Sony Music Nashville is going all out for Miranda Lambert’s latest single, “Fastest Girl in Town,” with an interactive music video and integrated digital campaign.
The video features Lambert and Nascar star Danica Patrick engaging in some high-speed hijinks in a stolen car. In the interactive version of the video — which was developed by Interlude — fans can control the camera angles during the pivotal chase scenes, offering up a wholly unique experience.
A classically-styled movie poster of Lambert and Patrick is a common theme throughout the video and the broader campaign. By clicking on movie posters hidden within the interactive video, fans can unlock additional content — including behind-the-scenes videos — and enter contests to win items featured in the video itself.
Fans can also customize their own version of the movie poster in the video using a specially designed Facebook app.
Creating a Second Screen Video Experience
The interactive video is just the start of Sony Nashville’s broader digital campaign for “Fastest Girl in Town.”
When users load up the app while watching the video on VEVO, they are treated to a second-screen experience. At specific moments in the video, new information pops up in the app, offering a complimentary app experience. This includes behind-the-scenes videos, the ability to enter contests and more.

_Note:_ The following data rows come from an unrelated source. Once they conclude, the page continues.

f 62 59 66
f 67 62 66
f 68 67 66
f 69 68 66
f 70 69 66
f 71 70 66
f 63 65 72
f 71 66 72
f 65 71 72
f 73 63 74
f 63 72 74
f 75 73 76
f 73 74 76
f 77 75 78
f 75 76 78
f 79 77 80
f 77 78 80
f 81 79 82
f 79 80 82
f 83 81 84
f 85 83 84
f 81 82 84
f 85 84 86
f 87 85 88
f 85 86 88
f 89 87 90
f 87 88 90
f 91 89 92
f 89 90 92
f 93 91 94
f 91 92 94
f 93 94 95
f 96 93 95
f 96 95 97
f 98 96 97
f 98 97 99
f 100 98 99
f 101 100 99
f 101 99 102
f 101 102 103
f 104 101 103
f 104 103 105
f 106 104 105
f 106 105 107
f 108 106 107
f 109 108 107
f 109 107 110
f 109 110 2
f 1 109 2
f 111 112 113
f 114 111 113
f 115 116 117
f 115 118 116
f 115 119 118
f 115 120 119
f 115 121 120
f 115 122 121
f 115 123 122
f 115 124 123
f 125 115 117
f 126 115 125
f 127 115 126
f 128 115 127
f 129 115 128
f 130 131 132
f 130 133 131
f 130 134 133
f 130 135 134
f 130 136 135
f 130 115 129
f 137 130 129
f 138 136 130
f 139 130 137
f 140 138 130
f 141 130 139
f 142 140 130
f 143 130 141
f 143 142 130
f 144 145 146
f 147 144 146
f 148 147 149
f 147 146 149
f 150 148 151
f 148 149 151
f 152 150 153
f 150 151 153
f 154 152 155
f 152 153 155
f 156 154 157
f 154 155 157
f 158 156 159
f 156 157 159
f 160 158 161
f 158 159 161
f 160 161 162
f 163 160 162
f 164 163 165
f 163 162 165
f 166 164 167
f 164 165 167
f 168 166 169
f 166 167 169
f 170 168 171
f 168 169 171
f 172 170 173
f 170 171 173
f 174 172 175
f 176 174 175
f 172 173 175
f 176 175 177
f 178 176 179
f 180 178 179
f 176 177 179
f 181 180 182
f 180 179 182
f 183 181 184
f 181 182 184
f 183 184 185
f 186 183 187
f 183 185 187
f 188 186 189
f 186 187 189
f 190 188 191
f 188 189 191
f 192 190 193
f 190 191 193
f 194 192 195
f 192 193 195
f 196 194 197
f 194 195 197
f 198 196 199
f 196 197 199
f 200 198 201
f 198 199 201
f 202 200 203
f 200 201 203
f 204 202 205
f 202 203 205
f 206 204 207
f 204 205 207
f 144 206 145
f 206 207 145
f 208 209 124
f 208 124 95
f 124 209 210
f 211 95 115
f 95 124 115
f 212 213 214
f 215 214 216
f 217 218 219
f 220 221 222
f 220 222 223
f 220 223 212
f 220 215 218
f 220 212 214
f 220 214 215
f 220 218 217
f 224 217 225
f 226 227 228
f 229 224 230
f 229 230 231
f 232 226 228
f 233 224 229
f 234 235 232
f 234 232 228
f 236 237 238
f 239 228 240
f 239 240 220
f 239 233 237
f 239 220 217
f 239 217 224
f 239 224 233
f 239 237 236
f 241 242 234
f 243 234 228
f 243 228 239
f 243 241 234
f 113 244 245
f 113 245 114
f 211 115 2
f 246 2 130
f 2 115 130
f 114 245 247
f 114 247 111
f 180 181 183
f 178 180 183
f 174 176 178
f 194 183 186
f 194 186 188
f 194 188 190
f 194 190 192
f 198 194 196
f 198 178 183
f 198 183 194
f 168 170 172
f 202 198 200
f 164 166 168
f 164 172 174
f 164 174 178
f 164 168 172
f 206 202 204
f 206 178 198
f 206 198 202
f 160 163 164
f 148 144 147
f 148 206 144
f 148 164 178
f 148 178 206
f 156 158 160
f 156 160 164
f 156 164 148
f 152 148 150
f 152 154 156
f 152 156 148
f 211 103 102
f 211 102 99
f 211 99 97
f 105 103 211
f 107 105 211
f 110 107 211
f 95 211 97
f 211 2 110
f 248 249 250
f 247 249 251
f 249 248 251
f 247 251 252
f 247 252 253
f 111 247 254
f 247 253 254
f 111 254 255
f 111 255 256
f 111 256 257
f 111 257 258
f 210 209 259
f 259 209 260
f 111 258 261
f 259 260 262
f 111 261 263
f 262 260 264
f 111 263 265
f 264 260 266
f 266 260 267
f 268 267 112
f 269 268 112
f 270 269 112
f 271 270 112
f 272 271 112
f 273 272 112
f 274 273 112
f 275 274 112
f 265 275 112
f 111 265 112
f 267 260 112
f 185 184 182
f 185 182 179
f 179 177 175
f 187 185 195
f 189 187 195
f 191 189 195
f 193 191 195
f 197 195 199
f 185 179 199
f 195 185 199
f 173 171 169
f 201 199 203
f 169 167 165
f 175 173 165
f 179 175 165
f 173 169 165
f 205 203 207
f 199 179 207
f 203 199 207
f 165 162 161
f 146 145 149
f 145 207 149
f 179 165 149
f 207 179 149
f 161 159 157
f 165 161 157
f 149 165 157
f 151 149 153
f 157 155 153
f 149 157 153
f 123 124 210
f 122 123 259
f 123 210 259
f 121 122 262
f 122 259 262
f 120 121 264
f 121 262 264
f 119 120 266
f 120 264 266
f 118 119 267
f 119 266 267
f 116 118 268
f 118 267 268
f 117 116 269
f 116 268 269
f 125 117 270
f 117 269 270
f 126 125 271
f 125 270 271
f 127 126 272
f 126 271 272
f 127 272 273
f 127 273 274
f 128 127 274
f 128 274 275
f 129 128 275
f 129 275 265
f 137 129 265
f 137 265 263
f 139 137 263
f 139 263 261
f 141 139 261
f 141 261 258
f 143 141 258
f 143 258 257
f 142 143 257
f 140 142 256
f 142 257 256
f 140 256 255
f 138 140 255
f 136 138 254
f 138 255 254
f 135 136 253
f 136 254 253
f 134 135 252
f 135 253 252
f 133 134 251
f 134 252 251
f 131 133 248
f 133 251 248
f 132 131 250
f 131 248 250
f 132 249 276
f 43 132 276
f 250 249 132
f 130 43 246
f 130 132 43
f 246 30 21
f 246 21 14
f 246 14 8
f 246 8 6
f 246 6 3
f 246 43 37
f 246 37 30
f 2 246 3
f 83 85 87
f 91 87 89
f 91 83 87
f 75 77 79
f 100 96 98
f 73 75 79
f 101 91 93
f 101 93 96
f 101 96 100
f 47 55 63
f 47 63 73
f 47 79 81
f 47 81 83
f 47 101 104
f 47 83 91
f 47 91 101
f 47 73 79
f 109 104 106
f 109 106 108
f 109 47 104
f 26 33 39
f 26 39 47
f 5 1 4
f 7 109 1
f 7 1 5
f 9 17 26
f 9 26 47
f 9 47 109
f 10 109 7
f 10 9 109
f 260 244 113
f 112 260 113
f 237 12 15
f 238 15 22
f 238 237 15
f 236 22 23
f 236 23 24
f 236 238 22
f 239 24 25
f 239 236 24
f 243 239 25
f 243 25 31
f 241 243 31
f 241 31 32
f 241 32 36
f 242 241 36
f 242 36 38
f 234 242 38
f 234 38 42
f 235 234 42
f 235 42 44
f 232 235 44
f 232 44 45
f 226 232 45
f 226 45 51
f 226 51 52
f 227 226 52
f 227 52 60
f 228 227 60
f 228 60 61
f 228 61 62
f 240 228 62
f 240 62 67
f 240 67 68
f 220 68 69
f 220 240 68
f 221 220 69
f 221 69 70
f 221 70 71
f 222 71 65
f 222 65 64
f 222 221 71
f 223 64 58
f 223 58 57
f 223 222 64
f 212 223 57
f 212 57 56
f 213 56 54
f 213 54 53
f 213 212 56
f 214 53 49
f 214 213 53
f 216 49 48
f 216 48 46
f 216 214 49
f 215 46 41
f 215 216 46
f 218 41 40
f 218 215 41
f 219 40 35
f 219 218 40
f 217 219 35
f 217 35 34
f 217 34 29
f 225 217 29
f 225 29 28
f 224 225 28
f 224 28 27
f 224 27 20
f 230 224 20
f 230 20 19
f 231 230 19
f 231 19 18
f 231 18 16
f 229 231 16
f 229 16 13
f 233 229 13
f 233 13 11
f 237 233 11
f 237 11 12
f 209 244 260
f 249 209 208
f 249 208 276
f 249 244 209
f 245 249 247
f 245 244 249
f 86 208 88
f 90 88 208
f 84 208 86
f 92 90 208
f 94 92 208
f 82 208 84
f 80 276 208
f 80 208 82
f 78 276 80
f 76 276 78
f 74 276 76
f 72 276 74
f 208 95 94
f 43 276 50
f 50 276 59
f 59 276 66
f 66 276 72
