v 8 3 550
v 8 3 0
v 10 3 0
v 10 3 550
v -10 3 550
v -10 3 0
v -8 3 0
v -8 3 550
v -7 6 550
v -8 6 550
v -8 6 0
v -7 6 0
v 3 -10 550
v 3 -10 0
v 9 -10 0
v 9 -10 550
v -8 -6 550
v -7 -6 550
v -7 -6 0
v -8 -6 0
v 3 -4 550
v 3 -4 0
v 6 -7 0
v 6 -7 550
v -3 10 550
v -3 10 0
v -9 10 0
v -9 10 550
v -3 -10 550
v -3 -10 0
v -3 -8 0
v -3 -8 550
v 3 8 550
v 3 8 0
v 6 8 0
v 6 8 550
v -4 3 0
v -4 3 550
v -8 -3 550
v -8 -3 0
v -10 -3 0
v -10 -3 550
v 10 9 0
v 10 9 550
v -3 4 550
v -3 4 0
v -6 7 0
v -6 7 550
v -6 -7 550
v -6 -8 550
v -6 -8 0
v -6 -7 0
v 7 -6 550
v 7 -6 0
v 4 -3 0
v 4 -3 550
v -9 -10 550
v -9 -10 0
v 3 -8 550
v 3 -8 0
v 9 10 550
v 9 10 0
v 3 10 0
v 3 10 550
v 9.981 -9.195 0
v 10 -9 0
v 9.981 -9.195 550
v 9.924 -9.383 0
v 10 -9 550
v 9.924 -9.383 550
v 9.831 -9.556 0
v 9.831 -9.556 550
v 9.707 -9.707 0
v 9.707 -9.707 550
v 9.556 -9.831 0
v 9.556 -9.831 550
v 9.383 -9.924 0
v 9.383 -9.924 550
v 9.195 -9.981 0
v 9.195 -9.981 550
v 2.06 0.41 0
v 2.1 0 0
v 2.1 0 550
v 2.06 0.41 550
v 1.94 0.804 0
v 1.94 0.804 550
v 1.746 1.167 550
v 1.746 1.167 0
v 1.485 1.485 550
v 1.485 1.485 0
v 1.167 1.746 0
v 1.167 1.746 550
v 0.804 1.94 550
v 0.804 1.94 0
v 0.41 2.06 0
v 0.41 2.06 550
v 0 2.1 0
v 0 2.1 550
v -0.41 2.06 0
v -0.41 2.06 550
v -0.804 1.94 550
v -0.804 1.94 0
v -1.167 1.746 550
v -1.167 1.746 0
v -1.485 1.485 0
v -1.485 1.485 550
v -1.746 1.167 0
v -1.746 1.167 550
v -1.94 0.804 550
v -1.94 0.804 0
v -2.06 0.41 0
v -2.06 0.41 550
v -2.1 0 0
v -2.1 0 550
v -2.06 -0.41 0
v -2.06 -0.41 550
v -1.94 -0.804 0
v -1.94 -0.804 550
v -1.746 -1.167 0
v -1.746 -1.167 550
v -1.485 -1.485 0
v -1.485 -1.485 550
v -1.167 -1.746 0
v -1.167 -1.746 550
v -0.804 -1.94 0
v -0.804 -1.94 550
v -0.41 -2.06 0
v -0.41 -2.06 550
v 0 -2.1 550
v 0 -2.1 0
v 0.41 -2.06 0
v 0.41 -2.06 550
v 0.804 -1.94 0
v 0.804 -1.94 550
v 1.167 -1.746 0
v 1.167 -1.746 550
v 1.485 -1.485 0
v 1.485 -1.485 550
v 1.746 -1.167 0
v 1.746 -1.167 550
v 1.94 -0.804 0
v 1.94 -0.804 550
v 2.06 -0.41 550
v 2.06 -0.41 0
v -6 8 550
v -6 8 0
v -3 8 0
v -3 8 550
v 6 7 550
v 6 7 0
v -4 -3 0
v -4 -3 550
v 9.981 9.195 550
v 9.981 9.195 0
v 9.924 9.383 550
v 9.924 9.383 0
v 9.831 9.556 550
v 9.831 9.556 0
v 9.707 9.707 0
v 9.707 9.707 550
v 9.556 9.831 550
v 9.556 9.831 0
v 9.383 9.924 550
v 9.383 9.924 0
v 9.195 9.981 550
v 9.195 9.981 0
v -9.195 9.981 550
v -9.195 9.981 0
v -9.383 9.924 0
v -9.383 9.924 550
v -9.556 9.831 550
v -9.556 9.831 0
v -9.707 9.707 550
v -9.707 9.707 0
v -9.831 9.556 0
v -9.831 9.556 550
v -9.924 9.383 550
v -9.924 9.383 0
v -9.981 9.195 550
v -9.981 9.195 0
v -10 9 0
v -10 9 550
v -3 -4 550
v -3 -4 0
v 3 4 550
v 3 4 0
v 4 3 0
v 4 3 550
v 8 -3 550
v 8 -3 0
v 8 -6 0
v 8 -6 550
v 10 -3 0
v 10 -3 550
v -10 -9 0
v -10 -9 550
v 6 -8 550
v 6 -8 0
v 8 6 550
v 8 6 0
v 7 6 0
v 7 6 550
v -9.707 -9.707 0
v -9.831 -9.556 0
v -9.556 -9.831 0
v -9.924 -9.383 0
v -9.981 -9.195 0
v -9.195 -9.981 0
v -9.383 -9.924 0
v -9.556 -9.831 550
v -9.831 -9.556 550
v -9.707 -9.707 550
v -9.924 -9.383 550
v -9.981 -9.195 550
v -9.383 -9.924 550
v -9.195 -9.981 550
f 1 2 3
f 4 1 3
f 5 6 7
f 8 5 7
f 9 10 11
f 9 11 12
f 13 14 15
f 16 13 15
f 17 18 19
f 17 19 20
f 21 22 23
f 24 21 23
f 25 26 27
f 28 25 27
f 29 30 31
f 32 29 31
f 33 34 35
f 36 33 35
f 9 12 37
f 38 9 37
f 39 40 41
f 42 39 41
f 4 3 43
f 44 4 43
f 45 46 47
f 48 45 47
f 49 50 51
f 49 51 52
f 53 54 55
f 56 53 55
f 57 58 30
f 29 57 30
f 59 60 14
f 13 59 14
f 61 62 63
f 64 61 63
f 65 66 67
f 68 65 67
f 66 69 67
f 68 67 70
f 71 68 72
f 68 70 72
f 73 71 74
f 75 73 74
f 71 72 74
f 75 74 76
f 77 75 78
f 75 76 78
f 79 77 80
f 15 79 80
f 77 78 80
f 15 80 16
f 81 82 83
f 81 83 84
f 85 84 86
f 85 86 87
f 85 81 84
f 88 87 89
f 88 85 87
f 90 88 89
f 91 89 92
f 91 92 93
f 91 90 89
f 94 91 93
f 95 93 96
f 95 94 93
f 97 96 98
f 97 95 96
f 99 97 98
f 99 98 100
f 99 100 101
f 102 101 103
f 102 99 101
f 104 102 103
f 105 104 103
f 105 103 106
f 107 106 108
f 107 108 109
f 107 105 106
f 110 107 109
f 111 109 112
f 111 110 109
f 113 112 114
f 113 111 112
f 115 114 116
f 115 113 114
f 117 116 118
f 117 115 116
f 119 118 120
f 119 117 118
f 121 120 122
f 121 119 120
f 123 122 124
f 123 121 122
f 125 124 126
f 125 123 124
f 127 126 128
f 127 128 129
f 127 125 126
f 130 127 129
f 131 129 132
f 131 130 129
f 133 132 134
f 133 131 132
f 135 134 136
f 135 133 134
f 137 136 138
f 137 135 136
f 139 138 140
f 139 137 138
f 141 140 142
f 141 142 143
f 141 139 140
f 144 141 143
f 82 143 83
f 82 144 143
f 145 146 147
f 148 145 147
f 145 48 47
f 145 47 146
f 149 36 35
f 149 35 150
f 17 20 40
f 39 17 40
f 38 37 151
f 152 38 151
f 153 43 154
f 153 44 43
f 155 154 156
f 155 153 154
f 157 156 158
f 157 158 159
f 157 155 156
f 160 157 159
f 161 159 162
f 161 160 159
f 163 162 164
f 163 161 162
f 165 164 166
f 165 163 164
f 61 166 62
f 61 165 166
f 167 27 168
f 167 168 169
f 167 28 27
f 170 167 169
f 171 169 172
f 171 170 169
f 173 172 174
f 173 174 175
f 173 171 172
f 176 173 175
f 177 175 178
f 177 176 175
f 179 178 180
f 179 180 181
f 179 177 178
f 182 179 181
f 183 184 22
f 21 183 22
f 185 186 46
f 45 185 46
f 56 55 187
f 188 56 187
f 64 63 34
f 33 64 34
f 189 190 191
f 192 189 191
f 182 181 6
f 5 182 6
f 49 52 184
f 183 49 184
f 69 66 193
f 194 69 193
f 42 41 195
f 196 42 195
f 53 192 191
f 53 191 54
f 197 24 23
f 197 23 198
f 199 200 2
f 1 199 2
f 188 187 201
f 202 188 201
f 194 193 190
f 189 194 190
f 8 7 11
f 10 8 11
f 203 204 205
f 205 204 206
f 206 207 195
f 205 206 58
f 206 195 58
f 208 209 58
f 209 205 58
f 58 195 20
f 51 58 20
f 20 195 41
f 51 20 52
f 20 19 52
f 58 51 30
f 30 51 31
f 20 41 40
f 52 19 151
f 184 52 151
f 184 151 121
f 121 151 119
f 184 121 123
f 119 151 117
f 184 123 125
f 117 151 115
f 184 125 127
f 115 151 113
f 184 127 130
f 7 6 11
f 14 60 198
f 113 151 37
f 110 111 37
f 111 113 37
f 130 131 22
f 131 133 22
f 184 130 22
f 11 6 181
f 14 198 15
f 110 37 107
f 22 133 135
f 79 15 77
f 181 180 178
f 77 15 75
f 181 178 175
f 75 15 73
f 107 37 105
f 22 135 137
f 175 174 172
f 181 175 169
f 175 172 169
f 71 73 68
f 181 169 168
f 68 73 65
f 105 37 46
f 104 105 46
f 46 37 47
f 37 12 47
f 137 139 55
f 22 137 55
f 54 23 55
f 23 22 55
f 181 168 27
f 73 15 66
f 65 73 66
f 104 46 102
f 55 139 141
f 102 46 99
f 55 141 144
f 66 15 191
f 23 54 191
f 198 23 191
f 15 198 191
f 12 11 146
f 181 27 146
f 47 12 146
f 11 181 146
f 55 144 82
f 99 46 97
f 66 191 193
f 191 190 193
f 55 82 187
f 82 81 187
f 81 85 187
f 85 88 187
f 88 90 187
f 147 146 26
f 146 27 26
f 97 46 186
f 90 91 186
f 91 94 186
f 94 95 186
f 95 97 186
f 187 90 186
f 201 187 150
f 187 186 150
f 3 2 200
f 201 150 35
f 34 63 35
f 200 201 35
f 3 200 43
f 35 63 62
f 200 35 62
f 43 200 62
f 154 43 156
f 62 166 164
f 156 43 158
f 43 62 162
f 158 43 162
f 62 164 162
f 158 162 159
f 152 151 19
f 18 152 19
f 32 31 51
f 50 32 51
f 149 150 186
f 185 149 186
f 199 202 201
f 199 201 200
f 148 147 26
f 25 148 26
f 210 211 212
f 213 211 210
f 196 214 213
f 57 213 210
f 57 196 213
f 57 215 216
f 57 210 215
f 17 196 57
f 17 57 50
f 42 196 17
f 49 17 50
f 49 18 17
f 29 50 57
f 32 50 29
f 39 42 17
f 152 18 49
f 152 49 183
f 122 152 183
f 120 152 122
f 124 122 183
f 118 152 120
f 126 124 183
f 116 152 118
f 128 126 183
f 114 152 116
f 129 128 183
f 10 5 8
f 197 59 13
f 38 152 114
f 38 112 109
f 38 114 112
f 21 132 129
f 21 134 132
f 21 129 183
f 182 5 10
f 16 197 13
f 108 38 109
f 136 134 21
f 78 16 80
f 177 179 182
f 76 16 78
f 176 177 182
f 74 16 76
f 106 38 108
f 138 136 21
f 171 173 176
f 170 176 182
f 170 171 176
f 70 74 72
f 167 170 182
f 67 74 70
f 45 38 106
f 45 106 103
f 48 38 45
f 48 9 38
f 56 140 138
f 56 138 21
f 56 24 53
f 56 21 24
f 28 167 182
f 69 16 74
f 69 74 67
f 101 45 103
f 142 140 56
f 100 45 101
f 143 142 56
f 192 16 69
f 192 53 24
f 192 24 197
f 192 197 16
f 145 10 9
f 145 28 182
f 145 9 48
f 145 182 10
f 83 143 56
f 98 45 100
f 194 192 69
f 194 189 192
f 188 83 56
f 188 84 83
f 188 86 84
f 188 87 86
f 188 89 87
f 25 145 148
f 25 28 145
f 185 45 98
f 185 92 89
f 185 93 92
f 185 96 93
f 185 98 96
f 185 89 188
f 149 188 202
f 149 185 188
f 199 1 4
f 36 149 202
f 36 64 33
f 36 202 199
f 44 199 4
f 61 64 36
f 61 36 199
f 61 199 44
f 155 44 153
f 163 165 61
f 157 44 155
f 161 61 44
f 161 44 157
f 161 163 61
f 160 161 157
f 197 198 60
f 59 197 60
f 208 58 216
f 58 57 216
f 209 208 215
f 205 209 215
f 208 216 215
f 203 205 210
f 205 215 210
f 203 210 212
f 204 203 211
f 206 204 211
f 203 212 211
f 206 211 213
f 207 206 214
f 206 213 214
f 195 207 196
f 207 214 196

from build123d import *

# Parameters (mm, degrees)
SCHIZZO1_R                   = 2.1
ESTRUSIONE_ESTRUSIONE1_DEPTH = 550
RACCORDO1_R                  = 1


with BuildPart() as part:
    # Schizzo1 → Estrusione-Estrusione1 (new body)
    with BuildSketch(Plane.XY):
        Polygon((10, 3), (10, 10), (3, 10), (3, 8), (6, 8), (6, 7), (3, 4), (-3, 4), (-6, 7), (-6, 8), (-3, 8), (-3, 10), (-10, 10), (-10, 3), (-8, 3), (-8, 6), (-7, 6), (-4, 3), (-4, -3), (-7, -6), (-8, -6), (-8, -3), (-10, -3), (-10, -10), (-3, -10), (-3, -8), (-6, -8), (-6, -7), (-3, -4), (3, -4), (6, -7), (6, -8), (3, -8), (3, -10), (10, -10), (10, -3), (8, -3), (8, -6), (7, -6), (4, -3), (4, 3), (7, 6), (8, 6), (8, 3), align=None)
        Circle(SCHIZZO1_R, mode=Mode.SUBTRACT)
    extrude(amount=ESTRUSIONE_ESTRUSIONE1_DEPTH)

    # Raccordo1
    raccordo1_edges = [part.edges().sort_by_distance(p)[0] for p in [
        (-10, 10, 275),
        (10, 10, 275),
        (10, -10, 275),
        (-10, -10, 275),
    ]]
    fillet(raccordo1_edges, radius=RACCORDO1_R)


solid = part.part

We’ve seen mobile integration with music videos before — usually using Shazam — but what makes this technology interesting is not only the broader set of content types, but the way that it is used.
Lambert’s official app was built on the popular Mobile Roadie platform. Like all Mobile Roadie apps, it gives fans access to Miranda’s social streams, photos, links to music videos and music, as well as tour dates and other information.
Because Mobile Roadie is extensible, the app can plug into a different set of technology powered by Sonic Notify. Sonic Notify is a startup that delivers content to mobile devices using imperceptible audio signals. Think of it as a QR code for audio.
By putting the Sonic Notify audio signal into the audio track on the VEVO player, the app can deliver the customized content at the right time. And because Sonic Notify is now built into the app — if Lambert wants to employ the technology in future videos — or at a concert — users with the app can continue to get content updates.
Country Goes Digital
Although the music industry is finally coming around and doing more to embrace social and digital, it’s still rare to see campaigns this expansive. It’s even more rare in the context of country music — which has been slower to adopt social and digital trends than some other genres such as hip-hop and pop.
The campaign for “Fastest Girl in Town” was developed by Copeland Isaacson who does digital marketing at Sony Music Nashville.
Isaacson championed the idea of making the video more interactive — taking cues from the success we’ve seen with bands such as the Red Hot Chili Peppers — and working on integrating technology at the mobile level.
Isaacson told me that the goal wasn’t just to craft a campaign that “set the bar for other country artists, but for music in general.” His willingness to experiment in a space that often sees little experimentation is laudable.